(A Knight’s Tale (98: 1987 Part One)

1987 was a momentous year.

It must have been some time in 1986 that my desire to move out of London for the first time had been crystallised by a menacing incident in Tooting. Having been concerned about my two youngest children’s schooling being in a vast comprehensive school I was already thinking about it.

I was walking home from Tooting Bec underground station along Tooting Bec Road to Gracedale Road quietly smoking a cigar. Five young men approached me in line across the wide pavement, allowing me no room for manoeuvre. Sticking to the fences on my side, I faced one who silently squared up to me. Raising the glowing cigar level with his face I asked “Where am I going to go?”.

Nothing more was said. After what seemed an age, but was probably instantaneous, my prospective assailants made space for me to continue on my way. With some difficulty I took care not to look back. But my mind was made up.

We began seriously considering a move, seeking assistance in research from friends and relatives who lived some way from the metropolis. With Giles and the Kindreds both living in Southwell in Nottinghamshire Jessica, Sam, Louisa, and I spent a fortnight’s bed and breakfast holiday in the nearby village of Kersall We had decided to stay up there for a fortnight and search for a house.  My discovery, with my friend Giles Darvill, of Lindum House advertised by Gascoigne’s estate agency in Southwell, was the result.
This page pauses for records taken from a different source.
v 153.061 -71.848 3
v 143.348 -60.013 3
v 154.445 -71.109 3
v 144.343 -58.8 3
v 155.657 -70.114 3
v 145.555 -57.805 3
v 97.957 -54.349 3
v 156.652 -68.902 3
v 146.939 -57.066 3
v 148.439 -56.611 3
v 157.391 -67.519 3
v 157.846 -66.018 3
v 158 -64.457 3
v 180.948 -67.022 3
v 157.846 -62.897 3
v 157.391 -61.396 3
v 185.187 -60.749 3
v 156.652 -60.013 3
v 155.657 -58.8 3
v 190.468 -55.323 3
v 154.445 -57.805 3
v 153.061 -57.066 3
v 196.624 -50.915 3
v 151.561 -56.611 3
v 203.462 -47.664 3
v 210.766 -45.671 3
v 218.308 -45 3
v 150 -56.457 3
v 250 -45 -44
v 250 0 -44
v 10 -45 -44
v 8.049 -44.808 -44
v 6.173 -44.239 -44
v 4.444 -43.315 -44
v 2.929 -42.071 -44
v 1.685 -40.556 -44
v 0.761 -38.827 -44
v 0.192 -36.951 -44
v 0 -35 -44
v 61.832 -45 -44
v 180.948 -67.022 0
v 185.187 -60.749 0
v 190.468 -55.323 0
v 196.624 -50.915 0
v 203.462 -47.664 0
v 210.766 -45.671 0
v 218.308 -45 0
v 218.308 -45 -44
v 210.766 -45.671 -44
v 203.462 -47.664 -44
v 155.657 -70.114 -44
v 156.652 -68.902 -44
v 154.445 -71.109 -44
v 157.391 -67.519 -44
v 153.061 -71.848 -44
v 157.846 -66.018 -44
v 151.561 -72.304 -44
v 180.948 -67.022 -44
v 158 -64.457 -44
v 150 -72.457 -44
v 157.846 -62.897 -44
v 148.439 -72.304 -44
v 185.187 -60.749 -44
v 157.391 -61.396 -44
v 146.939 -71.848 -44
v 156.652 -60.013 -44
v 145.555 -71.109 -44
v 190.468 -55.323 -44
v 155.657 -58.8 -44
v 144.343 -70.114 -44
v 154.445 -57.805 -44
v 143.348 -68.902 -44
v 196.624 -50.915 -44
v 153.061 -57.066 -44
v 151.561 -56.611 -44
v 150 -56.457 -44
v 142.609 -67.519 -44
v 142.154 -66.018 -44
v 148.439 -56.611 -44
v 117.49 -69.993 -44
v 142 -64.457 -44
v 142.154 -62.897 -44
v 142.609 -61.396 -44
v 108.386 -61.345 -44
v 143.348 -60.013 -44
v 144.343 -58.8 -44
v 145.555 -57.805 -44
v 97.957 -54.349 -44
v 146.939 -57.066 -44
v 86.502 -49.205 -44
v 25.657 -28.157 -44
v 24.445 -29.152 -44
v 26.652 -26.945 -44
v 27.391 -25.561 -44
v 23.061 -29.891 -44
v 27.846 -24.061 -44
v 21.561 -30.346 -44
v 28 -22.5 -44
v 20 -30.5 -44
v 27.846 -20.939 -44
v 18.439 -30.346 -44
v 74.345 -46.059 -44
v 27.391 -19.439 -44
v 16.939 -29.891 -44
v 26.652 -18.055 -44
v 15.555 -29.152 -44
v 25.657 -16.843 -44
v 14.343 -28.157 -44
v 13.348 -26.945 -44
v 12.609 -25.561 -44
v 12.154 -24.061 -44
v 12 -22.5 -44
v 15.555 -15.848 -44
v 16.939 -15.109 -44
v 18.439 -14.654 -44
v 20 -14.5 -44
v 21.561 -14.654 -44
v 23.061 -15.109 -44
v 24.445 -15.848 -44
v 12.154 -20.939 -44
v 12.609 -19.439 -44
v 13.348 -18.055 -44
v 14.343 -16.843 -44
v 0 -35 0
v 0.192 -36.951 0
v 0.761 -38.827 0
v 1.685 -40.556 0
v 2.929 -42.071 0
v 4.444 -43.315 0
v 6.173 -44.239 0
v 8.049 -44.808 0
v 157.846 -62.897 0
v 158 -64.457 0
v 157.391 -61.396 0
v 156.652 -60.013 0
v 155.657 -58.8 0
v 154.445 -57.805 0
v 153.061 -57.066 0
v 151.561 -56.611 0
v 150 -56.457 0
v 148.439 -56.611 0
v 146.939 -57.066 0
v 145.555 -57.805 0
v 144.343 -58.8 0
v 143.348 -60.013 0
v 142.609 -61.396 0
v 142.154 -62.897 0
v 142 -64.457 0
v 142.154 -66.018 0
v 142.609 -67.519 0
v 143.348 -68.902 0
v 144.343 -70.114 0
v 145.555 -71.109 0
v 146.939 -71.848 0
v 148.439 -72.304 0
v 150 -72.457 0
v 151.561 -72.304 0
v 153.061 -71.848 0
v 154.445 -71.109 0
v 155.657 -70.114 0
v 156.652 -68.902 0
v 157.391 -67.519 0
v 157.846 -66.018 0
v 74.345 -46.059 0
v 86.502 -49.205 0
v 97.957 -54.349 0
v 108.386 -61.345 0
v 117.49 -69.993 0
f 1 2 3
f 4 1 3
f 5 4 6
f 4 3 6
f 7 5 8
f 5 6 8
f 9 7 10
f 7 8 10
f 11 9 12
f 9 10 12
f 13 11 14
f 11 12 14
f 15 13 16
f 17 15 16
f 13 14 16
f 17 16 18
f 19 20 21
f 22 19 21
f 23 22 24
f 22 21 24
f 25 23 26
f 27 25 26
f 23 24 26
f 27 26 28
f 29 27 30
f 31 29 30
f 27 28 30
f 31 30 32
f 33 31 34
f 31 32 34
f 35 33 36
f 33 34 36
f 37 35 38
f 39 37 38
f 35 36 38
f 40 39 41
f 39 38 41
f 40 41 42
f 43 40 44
Unfortunately, I cannot remember the name of our hostess, which is a pity because she ran an excellent establishment, and was instrumental in a campaign to save her hamlet’s famous red telephone box from extinction.  She carpeted the box, and kept fresh flowers, a visitors book, pencil, and various telephone books inside it.  It was regularly cleaned and sweet-scented, and received many visitors.  Unfortunately it wasn’t profitable and whichever of our enlightened telephone operators was responsible for this treasure wished to close it.  The battle to keep it functional continued into 2008, later residents having kept up the continuing care.  I do not know the outcome.

Perhaps because of our focus on selling our own house and buying another, we had not visited my parents in Hampshire’s Horndean for some months. I was shocked to see my tall, strong, father a shadow of his former self who did not join us at the dining table because he didn’t “require very much”. My readers will already have realised the same as I did. I persuaded Mum to get him to hospital. Despite surgery, he was dead from stomach cancer six weeks later. I was able to say goodbye but was not there at his death with took place ten days before we moved. He returned home for his last days. A further shock was how easily, with Joe’s assistance, this featherweight was turned in bed.

In December 1985, Dad was happily playing with Sam and Louisa. The first of these photographs is the one from which I took my pastel portrait.

Like me, our mother thought about him every day for the next 34 years.